WHAT IS REQUIRED:
Among the lines below, keep only those from the one containing "with BuildPart() as" through the one containing "A parametric FreeCAD", and reproduce them exactly.

BEGIN SUPPLIED RECORDS

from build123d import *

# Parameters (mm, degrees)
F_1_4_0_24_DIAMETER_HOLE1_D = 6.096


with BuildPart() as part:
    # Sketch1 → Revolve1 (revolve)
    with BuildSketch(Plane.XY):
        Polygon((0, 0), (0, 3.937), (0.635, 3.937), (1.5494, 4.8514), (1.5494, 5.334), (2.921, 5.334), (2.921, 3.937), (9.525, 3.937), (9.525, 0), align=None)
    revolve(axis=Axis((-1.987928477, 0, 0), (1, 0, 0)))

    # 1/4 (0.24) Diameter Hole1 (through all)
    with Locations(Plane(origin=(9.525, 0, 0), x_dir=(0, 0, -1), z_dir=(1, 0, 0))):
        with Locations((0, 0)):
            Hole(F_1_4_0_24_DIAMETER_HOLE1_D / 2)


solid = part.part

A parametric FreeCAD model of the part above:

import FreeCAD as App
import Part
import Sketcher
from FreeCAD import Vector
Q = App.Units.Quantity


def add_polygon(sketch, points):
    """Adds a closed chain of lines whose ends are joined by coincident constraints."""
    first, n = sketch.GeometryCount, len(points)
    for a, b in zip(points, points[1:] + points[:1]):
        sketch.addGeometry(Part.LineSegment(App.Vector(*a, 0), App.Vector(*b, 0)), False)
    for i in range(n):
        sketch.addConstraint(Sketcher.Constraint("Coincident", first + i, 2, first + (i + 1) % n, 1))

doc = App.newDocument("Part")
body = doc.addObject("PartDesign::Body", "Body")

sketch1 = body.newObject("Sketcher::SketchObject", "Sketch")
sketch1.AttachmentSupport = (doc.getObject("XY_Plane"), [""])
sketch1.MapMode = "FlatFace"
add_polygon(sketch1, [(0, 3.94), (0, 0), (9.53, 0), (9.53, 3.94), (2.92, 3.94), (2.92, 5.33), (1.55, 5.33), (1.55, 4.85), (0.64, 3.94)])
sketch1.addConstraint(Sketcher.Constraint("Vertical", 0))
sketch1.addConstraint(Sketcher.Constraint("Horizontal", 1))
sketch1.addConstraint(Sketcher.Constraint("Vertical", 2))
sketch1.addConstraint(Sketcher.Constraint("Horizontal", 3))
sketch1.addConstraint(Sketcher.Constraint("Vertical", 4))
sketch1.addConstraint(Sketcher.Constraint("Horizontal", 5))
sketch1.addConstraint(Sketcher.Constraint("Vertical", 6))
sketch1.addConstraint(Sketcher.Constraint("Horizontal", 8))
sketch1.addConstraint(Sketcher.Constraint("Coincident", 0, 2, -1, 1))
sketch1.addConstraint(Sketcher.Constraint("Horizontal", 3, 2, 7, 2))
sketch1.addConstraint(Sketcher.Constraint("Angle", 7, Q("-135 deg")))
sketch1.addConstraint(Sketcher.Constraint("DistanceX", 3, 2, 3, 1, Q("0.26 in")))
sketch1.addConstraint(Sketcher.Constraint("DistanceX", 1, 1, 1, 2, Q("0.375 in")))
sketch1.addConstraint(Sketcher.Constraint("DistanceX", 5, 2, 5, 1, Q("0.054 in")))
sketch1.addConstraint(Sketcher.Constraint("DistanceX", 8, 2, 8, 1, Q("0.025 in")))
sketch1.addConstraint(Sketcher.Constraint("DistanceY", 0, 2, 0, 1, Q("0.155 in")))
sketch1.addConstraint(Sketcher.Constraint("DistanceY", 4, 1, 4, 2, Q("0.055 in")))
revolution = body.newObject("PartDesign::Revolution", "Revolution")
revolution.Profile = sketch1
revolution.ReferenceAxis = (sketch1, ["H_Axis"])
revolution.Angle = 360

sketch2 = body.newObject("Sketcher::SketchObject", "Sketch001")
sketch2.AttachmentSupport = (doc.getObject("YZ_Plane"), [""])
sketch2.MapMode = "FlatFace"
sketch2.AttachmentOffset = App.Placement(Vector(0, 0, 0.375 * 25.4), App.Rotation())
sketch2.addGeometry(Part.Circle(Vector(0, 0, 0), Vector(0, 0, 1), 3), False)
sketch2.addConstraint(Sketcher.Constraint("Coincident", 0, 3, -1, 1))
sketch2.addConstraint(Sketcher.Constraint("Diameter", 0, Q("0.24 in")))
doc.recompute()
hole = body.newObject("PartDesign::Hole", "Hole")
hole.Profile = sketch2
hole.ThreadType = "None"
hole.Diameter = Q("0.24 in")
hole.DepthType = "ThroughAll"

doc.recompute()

END SUPPLIED RECORDS

ANSWER AREA:
with BuildPart() as part:
    # Sketch1 → Revolve1 (revolve)
    with BuildSketch(Plane.XY):
        Polygon((0, 0), (0, 3.937), (0.635, 3.937), (1.5494, 4.8514), (1.5494, 5.334), (2.921, 5.334), (2.921, 3.937), (9.525, 3.937), (9.525, 0), align=None)
    revolve(axis=Axis((-1.987928477, 0, 0), (1, 0, 0)))

    # 1/4 (0.24) Diameter Hole1 (through all)
    with Locations(Plane(origin=(9.525, 0, 0), x_dir=(0, 0, -1), z_dir=(1, 0, 0))):
        with Locations((0, 0)):
            Hole(F_1_4_0_24_DIAMETER_HOLE1_D / 2)


solid = part.part

A parametric FreeCAD model of the part above:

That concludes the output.